The highlight of my week was possibly a video (click here) of Ben Murray-Bruce which I first came across on Facebook. For those of you who are not familiar with him, Murray-Bruce is a Nigerian businessman, Chairman of the Silverbird group and as I have just recently learnt – a Senator-elect.

The speech was made at the Silverbird Man of the Year event in the year, 2014 and Bruce was speaking on the state of the economy and on how some who lead Nigeria are driven by their own gain and ignore the sufferings of many. It was a very audacious speech and it was brave of Murray-Bruce to speak his truths on corruption and the dubious ways of life of some Nigerian politicians – in front of politicians. It was a mixed crowd though, not only politicians were in attendance. Statements from that speech kept resounding in my mind for days and yes, I watched the video over and over again.

The key words that I got out of that speech were – conscience and compassion. Ben Murray-Bruce’s speech reminded me that many ills that are occurring in this world are the results of silencing the feelings of conscience and compassion. The speech reiterated the fact that when you act on conscience and compassion, you can make positive change. Our humanity begs that we feel, whether it be love or hurt. It begs that we have a conscience, that we do not deprive ourselves of human nature by suppressing one feeling for the other.

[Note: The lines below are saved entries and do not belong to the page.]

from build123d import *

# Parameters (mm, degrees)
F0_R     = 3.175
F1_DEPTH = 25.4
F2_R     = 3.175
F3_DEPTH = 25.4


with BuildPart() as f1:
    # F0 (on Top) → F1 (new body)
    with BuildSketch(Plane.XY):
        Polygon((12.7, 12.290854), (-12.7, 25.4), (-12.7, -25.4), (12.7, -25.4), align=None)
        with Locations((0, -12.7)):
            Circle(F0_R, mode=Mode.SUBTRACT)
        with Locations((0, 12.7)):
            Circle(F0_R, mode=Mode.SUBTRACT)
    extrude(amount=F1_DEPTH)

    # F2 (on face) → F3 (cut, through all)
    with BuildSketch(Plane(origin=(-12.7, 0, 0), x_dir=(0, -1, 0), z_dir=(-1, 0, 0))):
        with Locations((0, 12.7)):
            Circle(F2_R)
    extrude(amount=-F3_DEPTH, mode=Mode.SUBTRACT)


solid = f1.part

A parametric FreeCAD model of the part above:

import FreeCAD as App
import Part
import Sketcher

V = App.Vector
Q = App.Units.Quantity


def add_polygon(sketch, points):
    """Adds a closed chain of lines whose ends are joined by coincident constraints."""
    first, n = sketch.GeometryCount, len(points)
    for a, b in zip(points, points[1:] + points[:1]):
        sketch.addGeometry(Part.LineSegment(App.Vector(*a, 0), App.Vector(*b, 0)), False)
    for i in range(n):
        sketch.addConstraint(Sketcher.Constraint("Coincident", first + i, 2, first + (i + 1) % n, 1))

doc = App.newDocument("Part")
body = doc.addObject("PartDesign::Body", "Body")

# Sketch on XY plane
sketch1 = doc.addObject("Sketcher::SketchObject", "Sketch")
body.addObject(sketch1)
sketch1.AttachmentSupport = (doc.XY_Plane, [""])
sketch1.MapMode = "FlatFace"
add_polygon(sketch1, [(12.7, 12.3), (-12.7, 25.4), (-12.7, -25.4), (12.7, -25.4)])  # lines 0-3
sketch1.addGeometry(Part.Circle(V(0, -12.7, 0), V(0, 0, 1), 3.2), False)  # 4
sketch1.addGeometry(Part.Circle(V(0, 12.7, 0), V(0, 0, 1), 3.2), False)  # 5
sketch1.addConstraint(Sketcher.Constraint("Vertical", 1))
sketch1.addConstraint(Sketcher.Constraint("Horizontal", 2))
sketch1.addConstraint(Sketcher.Constraint("Vertical", 3))
sketch1.addConstraint(Sketcher.Constraint("Equal", 4, 5))
sketch1.addConstraint(Sketcher.Constraint("Symmetric", 4, 3, 5, 3, -1, 1))
sketch1.addConstraint(Sketcher.Constraint("Symmetric", 0, 2, 2, 2, -1, 1))
sketch1.addConstraint(Sketcher.Constraint("PointOnObject", 4, 3, -2))
sketch1.addConstraint(Sketcher.Constraint("Diameter", 4, Q("0.25 in")))
sketch1.addConstraint(Sketcher.Constraint("DistanceX", 2, 1, 2, 2, Q("1 in")))
sketch1.addConstraint(Sketcher.Constraint("DistanceY", 1, 2, 1, 1, Q("2 in")))
sketch1.addConstraint(Sketcher.Constraint("DistanceY", 4, 3, 5, 3, Q("1 in")))
sketch1.addConstraint(Sketcher.Constraint("Distance", 0, Q("28.583382 mm")))
pad1 = doc.addObject("PartDesign::Pad", "Pad")
body.addObject(pad1)
pad1.Profile = sketch1
pad1.Length = Q("1 in")

# Sketch on YZ plane
sketch2 = doc.addObject("Sketcher::SketchObject", "Sketch001")
body.addObject(sketch2)
sketch2.AttachmentSupport = (doc.YZ_Plane, [""])
sketch2.MapMode = "FlatFace"
sketch2.AttachmentOffset = App.Placement(V(0, 0, -0.5 * 25.4), App.Rotation())
sketch2.addGeometry(Part.Circle(V(0, 12.7, 0), V(0, 0, 1), 3.2), False)
sketch2.addConstraint(Sketcher.Constraint("PointOnObject", 0, 3, -2))
sketch2.addConstraint(Sketcher.Constraint("Diameter", 0, Q("0.25 in")))
sketch2.addConstraint(Sketcher.Constraint("DistanceY", -1, 1, 0, 3, Q("0.5 in")))
pocket1 = doc.addObject("PartDesign::Pocket", "Pocket")
body.addObject(pocket1)
pocket1.Profile = sketch2
pocket1.Type = "ThroughAll"
pocket1.Reversed = True

doc.recompute()
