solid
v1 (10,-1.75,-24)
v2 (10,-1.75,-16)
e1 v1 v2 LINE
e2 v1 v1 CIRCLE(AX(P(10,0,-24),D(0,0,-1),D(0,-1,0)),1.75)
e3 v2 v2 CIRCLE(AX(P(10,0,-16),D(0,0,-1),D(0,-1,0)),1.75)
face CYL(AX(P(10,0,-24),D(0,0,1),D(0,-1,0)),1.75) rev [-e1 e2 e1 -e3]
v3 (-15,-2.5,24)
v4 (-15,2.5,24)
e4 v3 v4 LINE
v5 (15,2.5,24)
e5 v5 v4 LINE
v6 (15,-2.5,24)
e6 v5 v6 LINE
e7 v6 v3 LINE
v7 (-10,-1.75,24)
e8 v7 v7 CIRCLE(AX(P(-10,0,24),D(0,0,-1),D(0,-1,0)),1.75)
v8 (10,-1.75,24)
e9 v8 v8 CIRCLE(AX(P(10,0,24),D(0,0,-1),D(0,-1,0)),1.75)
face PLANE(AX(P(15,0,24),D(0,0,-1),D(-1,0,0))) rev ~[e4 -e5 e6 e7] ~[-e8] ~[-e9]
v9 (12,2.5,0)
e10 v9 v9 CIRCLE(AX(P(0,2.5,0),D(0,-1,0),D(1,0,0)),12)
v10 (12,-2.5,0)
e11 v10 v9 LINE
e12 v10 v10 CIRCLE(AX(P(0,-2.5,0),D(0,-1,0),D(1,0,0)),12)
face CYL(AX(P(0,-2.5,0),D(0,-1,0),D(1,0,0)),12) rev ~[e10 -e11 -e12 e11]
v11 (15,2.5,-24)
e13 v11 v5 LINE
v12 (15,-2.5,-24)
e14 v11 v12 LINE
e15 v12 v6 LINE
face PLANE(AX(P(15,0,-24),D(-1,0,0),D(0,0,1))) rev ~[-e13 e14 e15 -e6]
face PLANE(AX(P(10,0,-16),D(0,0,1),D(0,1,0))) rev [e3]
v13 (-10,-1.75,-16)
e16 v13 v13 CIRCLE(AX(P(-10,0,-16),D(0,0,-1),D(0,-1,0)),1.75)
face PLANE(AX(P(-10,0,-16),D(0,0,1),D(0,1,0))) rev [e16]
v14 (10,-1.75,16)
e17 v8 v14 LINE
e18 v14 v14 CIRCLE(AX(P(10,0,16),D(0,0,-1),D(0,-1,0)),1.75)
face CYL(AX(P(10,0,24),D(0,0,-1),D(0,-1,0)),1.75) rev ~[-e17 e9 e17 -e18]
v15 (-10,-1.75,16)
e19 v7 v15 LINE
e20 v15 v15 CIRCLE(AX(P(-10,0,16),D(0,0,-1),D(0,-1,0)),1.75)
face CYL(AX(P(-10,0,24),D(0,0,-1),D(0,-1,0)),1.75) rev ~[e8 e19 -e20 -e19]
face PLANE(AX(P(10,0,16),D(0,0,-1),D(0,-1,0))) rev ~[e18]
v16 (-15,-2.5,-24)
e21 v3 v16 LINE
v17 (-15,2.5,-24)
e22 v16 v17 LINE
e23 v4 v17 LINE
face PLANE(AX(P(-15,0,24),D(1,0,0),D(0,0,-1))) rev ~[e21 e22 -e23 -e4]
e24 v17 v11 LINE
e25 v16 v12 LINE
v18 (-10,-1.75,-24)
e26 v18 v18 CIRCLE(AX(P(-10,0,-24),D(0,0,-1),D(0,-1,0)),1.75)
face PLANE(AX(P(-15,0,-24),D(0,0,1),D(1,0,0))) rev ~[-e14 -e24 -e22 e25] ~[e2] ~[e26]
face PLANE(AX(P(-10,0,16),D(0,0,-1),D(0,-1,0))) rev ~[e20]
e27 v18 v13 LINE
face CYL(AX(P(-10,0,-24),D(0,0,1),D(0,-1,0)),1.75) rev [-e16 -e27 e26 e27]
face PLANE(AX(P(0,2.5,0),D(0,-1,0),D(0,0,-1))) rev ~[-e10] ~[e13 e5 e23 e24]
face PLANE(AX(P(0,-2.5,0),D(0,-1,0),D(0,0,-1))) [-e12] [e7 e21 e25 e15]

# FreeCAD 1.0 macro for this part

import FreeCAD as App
import Part
import Sketcher


def add_polygon(sketch, points):
    """Adds a closed chain of lines whose ends are joined by coincident constraints."""
    first, n = sketch.GeometryCount, len(points)
    for a, b in zip(points, points[1:] + points[:1]):
        sketch.addGeometry(Part.LineSegment(App.Vector(*a, 0), App.Vector(*b, 0)), False)
    for i in range(n):
        sketch.addConstraint(Sketcher.Constraint("Coincident", first + i, 2, first + (i + 1) % n, 1))

doc = App.newDocument("Part")
body = doc.addObject("PartDesign::Body", "Body")

sketch1 = body.newObject("Sketcher::SketchObject", "Sketch")
sketch1.AttachmentSupport = (doc.getObject("XZ_Plane"), [""])
sketch1.MapMode = "FlatFace"
add_polygon(sketch1, [(-15, 24), (-15, -24), (15, -24), (15, 24)])
sketch1.addConstraint([
    Sketcher.Constraint("Vertical", 0),
    Sketcher.Constraint("Horizontal", 1),
    Sketcher.Constraint("Vertical", 2),
    Sketcher.Constraint("Horizontal", 3),
    Sketcher.Constraint("Symmetric", 0, 2, 2, 2, -1, 1),
    Sketcher.Constraint("DistanceX", 0, 2, -1, 1, 15.0),
    Sketcher.Constraint("DistanceY", 0, 2, 0, 1, 48.0),
])
pad1 = body.newObject("PartDesign::Pad", "Pad")
pad1.Profile = sketch1
pad1.Length = 5
pad1.Midplane = True

sketch2 = body.newObject("Sketcher::SketchObject", "Sketch001")
sketch2.AttachmentSupport = (doc.getObject("XZ_Plane"), [""])
sketch2.MapMode = "FlatFace"
sketch2.AttachmentOffset = App.Placement(App.Vector(0, 0, 2.5), App.Rotation())
sketch2.addGeometry(Part.Circle(App.Vector(0, 0, 0), App.Vector(0, 0, 1), 12), False)
sketch2.addConstraint([
    Sketcher.Constraint("Coincident", 0, 3, -1, 1),
    Sketcher.Constraint("Diameter", 0, 24.0),
])
pocket1 = body.newObject("PartDesign::Pocket", "Pocket")
pocket1.Profile = sketch2
pocket1.Length = 310

sketch3 = body.newObject("Sketcher::SketchObject", "Sketch002")
sketch3.AttachmentSupport = (doc.getObject("XY_Plane"), [""])
sketch3.MapMode = "FlatFace"
sketch3.AttachmentOffset = App.Placement(App.Vector(0, 0, 24), App.Rotation())
sketch3.addGeometry(Part.Circle(App.Vector(-10, 0, 0), App.Vector(0, 0, 1), 1.8), False)
sketch3.addConstraint([
    Sketcher.Constraint("PointOnObject", 0, 3, -1),
    Sketcher.Constraint("Diameter", 0, 3.5),
    Sketcher.Constraint("DistanceX", 0, 3, -1, 1, 10.0),
])
doc.recompute()
hole = body.newObject("PartDesign::Hole", "Hole")
hole.Profile = sketch3
hole.ThreadType = "None"
hole.Diameter = 3.5
hole.DepthType = "Dimension"
hole.Depth = 8
hole.DrillPoint = "Flat"

sketch4 = body.newObject("Sketcher::SketchObject", "Sketch003")
sketch4.AttachmentSupport = (doc.getObject("XY_Plane"), [""])
sketch4.MapMode = "FlatFace"
sketch4.AttachmentOffset = App.Placement(App.Vector(0, 0, 24), App.Rotation())
sketch4.addGeometry(Part.Circle(App.Vector(10, 0, 0), App.Vector(0, 0, 1), 1.8), False)
sketch4.addConstraint([
    Sketcher.Constraint("PointOnObject", 0, 3, -1),
    Sketcher.Constraint("Diameter", 0, 3.5),
    Sketcher.Constraint("DistanceX", -1, 1, 0, 3, 10.0),
])
doc.recompute()
hole2 = body.newObject("PartDesign::Hole", "Hole001")
hole2.Profile = sketch4
hole2.ThreadType = "None"
hole2.Diameter = 3.5
hole2.DepthType = "Dimension"
hole2.Depth = 8
hole2.DrillPoint = "Flat"
doc.recompute()

mirrored = body.newObject("PartDesign::Mirrored", "Mirrored")
mirrored.Originals = [hole, hole2]
mirrored.MirrorPlane = (doc.getObject("XY_Plane"), [""])
body.Tip = mirrored

doc.recompute()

It is not enough to be so positive about life that you fail to acknowledge your pain or even other’s pain, to turn off the news once it’s no longer making you laugh. It’s okay to turn off the news if the bad news is too much for a day but it’s not okay to not dare to care and empathize with others. On the other hand, life should not be lived as though it were a nightmare. Don’t deliberate on sorrow, hurt or a constant expectation of the worst. If we surround ourselves with hurt, how then can we love, how then can we make a change? Faith moves mountains.

It is compassion and a conscience that move people to donate to victims of a natural disaster, to speak up for victims of racial injustice, to lend aid to the poor, to give food and offer love to the homeless. It is in an attempt to silence the throbbing of compassion and conscience that people deny others of happiness, peace, fairness, wealth and justice

I choose to feel. I choose compassion and I choose to listen to my conscience.